Indem sich diese Erkenntnis zunehmend Bahn bricht, geraten nun auch jene Redakteure in Rechtfertigungsnöte, die stets – bis in der Gegenwart – das Gegenteil verbreiteten. Ihre rhetorische Aufgabe nun ist das elegante Rückrudern, ohne das Gesicht zu verlieren und – vor allem – ohne den geliebt-begehrten Kontakt zum Konsens all jener Berufskollegen zu verlieren, an dem Opportunisten aller Zeiten so lebensnotwendig gelegen ist.

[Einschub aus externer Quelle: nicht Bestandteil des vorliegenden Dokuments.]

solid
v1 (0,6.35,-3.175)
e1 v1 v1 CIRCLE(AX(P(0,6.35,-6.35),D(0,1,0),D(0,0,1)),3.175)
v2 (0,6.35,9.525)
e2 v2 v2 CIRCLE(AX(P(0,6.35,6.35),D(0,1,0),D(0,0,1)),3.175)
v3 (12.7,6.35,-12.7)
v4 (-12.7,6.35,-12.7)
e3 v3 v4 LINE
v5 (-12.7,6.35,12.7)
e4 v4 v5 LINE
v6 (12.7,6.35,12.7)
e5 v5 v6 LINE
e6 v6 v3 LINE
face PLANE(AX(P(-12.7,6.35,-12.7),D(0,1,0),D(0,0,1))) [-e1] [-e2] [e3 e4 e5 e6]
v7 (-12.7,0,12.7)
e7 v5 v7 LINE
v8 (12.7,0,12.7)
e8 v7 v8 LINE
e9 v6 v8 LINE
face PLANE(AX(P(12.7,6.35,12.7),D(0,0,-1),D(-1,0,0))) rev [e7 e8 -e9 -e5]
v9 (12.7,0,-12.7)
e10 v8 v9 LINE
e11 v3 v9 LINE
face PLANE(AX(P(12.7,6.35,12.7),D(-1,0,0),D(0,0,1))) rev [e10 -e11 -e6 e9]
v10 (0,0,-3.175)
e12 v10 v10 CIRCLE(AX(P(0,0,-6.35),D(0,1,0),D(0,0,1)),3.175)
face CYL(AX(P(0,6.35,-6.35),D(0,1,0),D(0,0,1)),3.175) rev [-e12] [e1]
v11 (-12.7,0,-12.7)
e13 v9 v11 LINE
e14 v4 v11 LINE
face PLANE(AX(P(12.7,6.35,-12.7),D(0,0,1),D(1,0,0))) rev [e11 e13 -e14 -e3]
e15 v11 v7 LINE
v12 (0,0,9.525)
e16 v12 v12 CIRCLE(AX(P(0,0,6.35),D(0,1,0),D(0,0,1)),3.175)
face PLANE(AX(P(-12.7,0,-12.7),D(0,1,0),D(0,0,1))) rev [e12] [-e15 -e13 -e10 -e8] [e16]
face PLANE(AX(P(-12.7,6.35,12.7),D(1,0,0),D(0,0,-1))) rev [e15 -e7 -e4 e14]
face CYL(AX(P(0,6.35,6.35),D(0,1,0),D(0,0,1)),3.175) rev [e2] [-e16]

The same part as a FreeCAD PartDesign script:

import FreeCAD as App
import Part
import Sketcher

V = App.Vector
Q = App.Units.Quantity

doc = App.newDocument("Part")
params = doc.addObject("Spreadsheet::Sheet", "Params")
for row, (alias, value) in enumerate([
    ("sketch1_width", "1 in"),
    ("pad1_length", "0.25 in"),
    ("sketch2_diameter", "0.25 in"),
    ("hole_diameter", "0.25 in"),
], start=1):
    params.set(f"A{row}", alias)
    params.set(f"B{row}", "=" + value)
    params.setAlias(f"B{row}", alias)

body = doc.addObject("PartDesign::Body", "Body")

sketch1 = doc.addObject("Sketcher::SketchObject", "Sketch")
body.addObject(sketch1)
sketch1.AttachmentSupport = (doc.XZ_Plane, [""])
sketch1.MapMode = "FlatFace"
sketch1.addGeometry([
    Part.LineSegment(V(-13, -13, 0), V(-13, 13, 0)),
    Part.LineSegment(V(-13, 13, 0), V(13, 13, 0)),
    Part.LineSegment(V(13, 13, 0), V(13, -13, 0)),
    Part.LineSegment(V(13, -13, 0), V(-13, -13, 0)),
], False)
sketch1.addConstraint([
    Sketcher.Constraint("Coincident", 0, 2, 1, 1),
    Sketcher.Constraint("Coincident", 1, 2, 2, 1),
    Sketcher.Constraint("Coincident", 2, 2, 3, 1),
    Sketcher.Constraint("Coincident", 3, 2, 0, 1),
    Sketcher.Constraint("Vertical", 0),
    Sketcher.Constraint("Horizontal", 1),
    Sketcher.Constraint("Vertical", 2),
    Sketcher.Constraint("Horizontal", 3),
    Sketcher.Constraint("Symmetric", 0, 2, 2, 2, -1, 1),
    Sketcher.Constraint("Equal", 3, 0),
    Sketcher.Constraint("DistanceX", 1, 1, 1, 2, Q("1 in")),
])
sketch1.setExpression("Constraints[10]", "Params.sketch1_width")
pad1 = doc.addObject("PartDesign::Pad", "Pad")
body.addObject(pad1)
pad1.Profile = sketch1
pad1.setExpression("Length", "Params.pad1_length")
pad1.Reversed = True

sketch2 = doc.addObject("Sketcher::SketchObject", "Sketch001")
body.addObject(sketch2)
sketch2.AttachmentSupport = (doc.XZ_Plane, [""])
sketch2.MapMode = "FlatFace"
sketch2.AttachmentOffset = App.Placement(V(0, 0, -0.25 * 25.4), App.Rotation())
sketch2.addGeometry([
    Part.Circle(V(0, 6.3, 0), V(0, 0, 1), 3.2),
    Part.Circle(V(0, -6.3, 0), V(0, 0, 1), 3.2),
], False)
sketch2.addConstraint([
    Sketcher.Constraint("Equal", 0, 1),
    Sketcher.Constraint("Symmetric", 0, 3, 1, 3, -1, 1),
    Sketcher.Constraint("PointOnObject", 0, 3, -2),
    Sketcher.Constraint("Diameter", 0, Q("0.25 in")),
    Sketcher.Constraint("DistanceY", 1, 3, 0, 3, Q("0.5 in")),
])
sketch2.setExpression("Constraints[3]", "Params.sketch2_diameter")
doc.recompute()
hole = doc.addObject("PartDesign::Hole", "Hole")
body.addObject(hole)
hole.Profile = sketch2
hole.ThreadType = "None"
hole.setExpression("Diameter", "Params.hole_diameter")
hole.DepthType = "ThroughAll"
hole.Reversed = True

doc.recompute()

Meine Tageszeitung führt diesen Tanz am 26. Januar 2010 ganz sehenswert vor: „Nein, der Klimawandel ist nicht als Schwindel entlarvt“, hebt der Kommentator machtvoll an, Licht müsse in die Elfenbeintürme der Wissenschaft getragen werden, „ehe das Klimathema die Akzeptanz bei den Menschen verliert“. Augenscheinlich gehört also auch der Kommentator zu denen, die bisweilen in anderen Quellen lesen und forschen, was denn der Stand der Dinge sei. Dass die „Akzeptanz“ – also der Glaube – zu schwinden drohe, wird von ihm als möglich erfasst. Denn: „Glaubwürdigkeit ist das höchste Gut, das die Klimaforschung hat“. Dann aber folgt eine bemerkenswerte Dissonanz im Text, der später, an seinem Ende, noch einmal zum alten Medienkonsens zurückfinden wird. „Wissenschaft ist nie fertig, sie muss sich selbst hinterfragen, immerzu“, hört der Leser den Kommentator sagen und: „Wer eigentlich glaubt noch an die Klimakatastrophe, wenn die Gletscherschmelze am Himalaya wegen eines Zahlendrehers nun doch erst tausend Jahre später erwartet wird?“

Hier dreht der Wind ganz augenscheinlich, auch wenn – zuletzt – behauptet wird, die Klimafolgen seien „bereits spürbar“. Während Schnee und Eis auf dem Redaktionsgebäude liegen, soll die globale Klimaerwärmung also bereits spürbar sein? Niemand darf Kurskorrekturen von angepassten Menschentypen bei Erkenntnisgewinnen abrupt und augenfällig merklich erwarten. Sie geschehen vorsichtig, tastend, in kleinen Schritten, versuchend, den Rückzug jederzeit offenhaltend. Doch sie ereignen sich. Wenn man nur den nötigen Legitimationsdruck aufbaut und erhält. „Rechtfertige Dich!“ lautet der gebotene Imperativ. Denn wenn das Klima sich erst in 1000 Jahren ändert, warum sollten wir uns dann ausgerechnet jetzt politisch zu sinnlosem Verzicht zwingen und „Lebensstile zu überdenken“ nötigen lassen?